Data records →
>>>

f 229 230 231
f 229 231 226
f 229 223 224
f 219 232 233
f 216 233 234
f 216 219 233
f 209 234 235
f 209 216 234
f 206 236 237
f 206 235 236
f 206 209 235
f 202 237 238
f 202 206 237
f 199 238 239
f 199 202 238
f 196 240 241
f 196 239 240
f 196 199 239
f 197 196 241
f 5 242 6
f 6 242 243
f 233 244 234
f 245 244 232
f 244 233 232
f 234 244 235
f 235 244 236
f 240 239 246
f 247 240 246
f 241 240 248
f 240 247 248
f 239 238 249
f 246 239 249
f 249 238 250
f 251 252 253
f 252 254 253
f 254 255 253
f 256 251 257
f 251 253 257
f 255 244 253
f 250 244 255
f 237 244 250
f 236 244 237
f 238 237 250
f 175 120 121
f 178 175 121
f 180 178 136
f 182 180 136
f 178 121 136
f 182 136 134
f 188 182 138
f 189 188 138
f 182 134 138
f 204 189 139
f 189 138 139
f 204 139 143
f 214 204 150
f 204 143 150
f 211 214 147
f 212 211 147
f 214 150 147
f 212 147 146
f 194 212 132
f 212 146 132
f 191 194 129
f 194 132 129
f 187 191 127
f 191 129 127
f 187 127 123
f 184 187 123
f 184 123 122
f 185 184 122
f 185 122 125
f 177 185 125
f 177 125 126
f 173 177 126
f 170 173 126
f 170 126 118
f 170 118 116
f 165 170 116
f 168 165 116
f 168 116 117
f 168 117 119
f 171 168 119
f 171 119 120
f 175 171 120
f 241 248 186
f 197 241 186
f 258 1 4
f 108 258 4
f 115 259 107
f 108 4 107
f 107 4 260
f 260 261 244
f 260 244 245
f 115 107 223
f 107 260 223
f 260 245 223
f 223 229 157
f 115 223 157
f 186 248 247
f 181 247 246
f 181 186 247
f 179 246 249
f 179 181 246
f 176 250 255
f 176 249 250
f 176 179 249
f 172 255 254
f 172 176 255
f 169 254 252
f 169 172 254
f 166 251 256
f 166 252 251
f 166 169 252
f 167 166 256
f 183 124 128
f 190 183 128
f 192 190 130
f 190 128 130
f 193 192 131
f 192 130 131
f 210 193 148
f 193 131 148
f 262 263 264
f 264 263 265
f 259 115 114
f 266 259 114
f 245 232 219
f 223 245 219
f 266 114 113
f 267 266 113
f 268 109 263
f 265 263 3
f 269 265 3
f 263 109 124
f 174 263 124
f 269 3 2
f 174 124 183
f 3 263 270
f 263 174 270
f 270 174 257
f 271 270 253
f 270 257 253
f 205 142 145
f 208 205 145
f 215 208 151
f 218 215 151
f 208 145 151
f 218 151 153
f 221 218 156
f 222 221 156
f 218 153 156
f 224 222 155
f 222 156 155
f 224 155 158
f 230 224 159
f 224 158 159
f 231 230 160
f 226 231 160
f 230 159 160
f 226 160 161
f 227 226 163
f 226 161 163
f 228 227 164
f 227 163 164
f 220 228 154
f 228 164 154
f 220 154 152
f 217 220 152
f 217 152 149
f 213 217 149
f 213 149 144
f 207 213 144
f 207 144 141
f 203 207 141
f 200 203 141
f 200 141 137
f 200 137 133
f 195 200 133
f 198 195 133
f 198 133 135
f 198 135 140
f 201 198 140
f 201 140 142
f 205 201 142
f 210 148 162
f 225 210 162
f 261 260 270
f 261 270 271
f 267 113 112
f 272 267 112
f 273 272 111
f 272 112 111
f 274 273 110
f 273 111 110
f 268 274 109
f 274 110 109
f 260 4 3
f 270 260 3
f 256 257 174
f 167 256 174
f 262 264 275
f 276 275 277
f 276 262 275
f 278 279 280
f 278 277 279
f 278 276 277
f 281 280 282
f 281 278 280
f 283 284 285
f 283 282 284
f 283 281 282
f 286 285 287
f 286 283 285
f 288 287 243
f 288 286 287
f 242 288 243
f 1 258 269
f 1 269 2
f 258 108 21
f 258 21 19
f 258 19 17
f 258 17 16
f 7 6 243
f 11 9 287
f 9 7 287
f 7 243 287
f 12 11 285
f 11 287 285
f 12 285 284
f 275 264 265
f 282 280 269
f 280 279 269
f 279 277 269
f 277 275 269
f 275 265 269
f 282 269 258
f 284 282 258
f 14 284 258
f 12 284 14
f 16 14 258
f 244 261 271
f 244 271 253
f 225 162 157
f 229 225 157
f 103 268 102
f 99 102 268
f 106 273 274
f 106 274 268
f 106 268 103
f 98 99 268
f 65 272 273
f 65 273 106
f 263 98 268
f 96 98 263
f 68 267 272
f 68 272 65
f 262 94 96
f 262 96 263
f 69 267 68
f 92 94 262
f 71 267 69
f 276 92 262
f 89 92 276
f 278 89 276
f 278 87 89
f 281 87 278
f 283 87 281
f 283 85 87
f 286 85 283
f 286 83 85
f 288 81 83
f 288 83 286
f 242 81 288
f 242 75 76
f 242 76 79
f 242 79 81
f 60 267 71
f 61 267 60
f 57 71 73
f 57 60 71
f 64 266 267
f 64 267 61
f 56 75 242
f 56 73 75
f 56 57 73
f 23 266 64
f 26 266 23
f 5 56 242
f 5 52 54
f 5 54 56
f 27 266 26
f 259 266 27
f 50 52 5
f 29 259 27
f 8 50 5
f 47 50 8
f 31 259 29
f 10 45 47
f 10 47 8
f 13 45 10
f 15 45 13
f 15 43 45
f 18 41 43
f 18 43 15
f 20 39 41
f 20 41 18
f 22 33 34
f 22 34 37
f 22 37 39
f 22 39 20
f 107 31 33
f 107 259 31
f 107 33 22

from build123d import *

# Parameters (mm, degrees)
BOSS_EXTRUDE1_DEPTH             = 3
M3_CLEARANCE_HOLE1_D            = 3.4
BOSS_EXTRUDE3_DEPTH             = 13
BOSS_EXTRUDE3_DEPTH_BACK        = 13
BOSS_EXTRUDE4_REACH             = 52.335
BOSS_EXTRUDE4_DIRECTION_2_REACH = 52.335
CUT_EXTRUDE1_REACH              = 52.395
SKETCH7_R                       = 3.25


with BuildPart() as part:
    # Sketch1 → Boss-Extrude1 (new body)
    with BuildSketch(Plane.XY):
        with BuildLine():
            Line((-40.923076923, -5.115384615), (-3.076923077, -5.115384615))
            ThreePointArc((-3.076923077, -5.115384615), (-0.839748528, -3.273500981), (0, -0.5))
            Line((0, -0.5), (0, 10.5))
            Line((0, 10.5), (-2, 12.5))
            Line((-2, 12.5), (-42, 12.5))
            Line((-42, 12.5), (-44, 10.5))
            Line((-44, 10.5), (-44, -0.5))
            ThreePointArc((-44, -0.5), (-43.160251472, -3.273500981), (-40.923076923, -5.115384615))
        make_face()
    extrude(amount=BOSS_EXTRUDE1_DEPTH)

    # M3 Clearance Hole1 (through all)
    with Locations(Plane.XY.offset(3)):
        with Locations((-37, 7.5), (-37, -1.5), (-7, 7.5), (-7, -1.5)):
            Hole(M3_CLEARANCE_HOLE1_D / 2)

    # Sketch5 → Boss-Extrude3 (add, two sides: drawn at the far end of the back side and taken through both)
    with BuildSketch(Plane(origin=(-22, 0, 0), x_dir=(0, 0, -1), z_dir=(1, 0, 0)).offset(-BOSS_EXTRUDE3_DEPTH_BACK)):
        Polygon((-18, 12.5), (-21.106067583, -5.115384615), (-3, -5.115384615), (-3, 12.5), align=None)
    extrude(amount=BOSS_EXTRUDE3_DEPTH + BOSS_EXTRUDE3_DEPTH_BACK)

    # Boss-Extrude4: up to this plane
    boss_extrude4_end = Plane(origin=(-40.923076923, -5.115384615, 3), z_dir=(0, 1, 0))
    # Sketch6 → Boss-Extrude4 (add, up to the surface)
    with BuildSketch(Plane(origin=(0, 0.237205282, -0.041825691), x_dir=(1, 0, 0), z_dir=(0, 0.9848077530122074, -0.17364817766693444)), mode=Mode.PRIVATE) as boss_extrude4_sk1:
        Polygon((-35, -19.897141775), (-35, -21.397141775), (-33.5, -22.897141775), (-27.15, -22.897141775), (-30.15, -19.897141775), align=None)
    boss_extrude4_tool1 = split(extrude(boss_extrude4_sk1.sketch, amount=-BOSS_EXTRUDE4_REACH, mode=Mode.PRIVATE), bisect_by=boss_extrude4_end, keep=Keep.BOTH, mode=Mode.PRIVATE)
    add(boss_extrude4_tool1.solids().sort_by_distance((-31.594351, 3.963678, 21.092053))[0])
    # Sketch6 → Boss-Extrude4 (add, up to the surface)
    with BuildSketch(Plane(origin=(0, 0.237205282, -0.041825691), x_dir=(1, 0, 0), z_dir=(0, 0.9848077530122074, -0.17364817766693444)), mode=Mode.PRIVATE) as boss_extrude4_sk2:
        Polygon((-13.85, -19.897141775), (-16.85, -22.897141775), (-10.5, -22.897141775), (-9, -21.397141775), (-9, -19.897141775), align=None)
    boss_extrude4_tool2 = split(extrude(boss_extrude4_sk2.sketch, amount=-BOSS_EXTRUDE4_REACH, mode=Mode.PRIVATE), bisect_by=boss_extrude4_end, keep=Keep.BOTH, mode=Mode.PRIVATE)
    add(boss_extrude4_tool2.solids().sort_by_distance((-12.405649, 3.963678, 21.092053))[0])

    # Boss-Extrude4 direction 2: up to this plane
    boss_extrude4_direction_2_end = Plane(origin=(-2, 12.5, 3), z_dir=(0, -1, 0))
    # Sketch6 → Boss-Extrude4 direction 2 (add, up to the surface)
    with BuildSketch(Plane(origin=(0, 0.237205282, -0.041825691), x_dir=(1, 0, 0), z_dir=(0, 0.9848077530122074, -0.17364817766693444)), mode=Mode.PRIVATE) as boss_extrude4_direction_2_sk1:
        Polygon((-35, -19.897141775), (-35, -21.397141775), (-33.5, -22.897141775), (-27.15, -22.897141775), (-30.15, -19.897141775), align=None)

<<<

Task statement → Copy verbatim, from the listing above, each line from the one containing "f 266 114 113" down to the one containing "f 11 287 285", inclusive.

Exercise solution →
f 266 114 113
f 267 266 113
f 268 109 263
f 265 263 3
f 269 265 3
f 263 109 124
f 174 263 124
f 269 3 2
f 174 124 183
f 3 263 270
f 263 174 270
f 270 174 257
f 271 270 253
f 270 257 253
f 205 142 145
f 208 205 145
f 215 208 151
f 218 215 151
f 208 145 151
f 218 151 153
f 221 218 156
f 222 221 156
f 218 153 156
f 224 222 155
f 222 156 155
f 224 155 158
f 230 224 159
f 224 158 159
f 231 230 160
f 226 231 160
f 230 159 160
f 226 160 161
f 227 226 163
f 226 161 163
f 228 227 164
f 227 163 164
f 220 228 154
f 228 164 154
f 220 154 152
f 217 220 152
f 217 152 149
f 213 217 149
f 213 149 144
f 207 213 144
f 207 144 141
f 203 207 141
f 200 203 141
f 200 141 137
f 200 137 133
f 195 200 133
f 198 195 133
f 198 133 135
f 198 135 140
f 201 198 140
f 201 140 142
f 205 201 142
f 210 148 162
f 225 210 162
f 261 260 270
f 261 270 271
f 267 113 112
f 272 267 112
f 273 272 111
f 272 112 111
f 274 273 110
f 273 111 110
f 268 274 109
f 274 110 109
f 260 4 3
f 270 260 3
f 256 257 174
f 167 256 174
f 262 264 275
f 276 275 277
f 276 262 275
f 278 279 280
f 278 277 279
f 278 276 277
f 281 280 282
f 281 278 280
f 283 284 285
f 283 282 284
f 283 281 282
f 286 285 287
f 286 283 285
f 288 287 243
f 288 286 287
f 242 288 243
f 1 258 269
f 1 269 2
f 258 108 21
f 258 21 19
f 258 19 17
f 258 17 16
f 7 6 243
f 11 9 287
f 9 7 287
f 7 243 287
f 12 11 285
f 11 287 285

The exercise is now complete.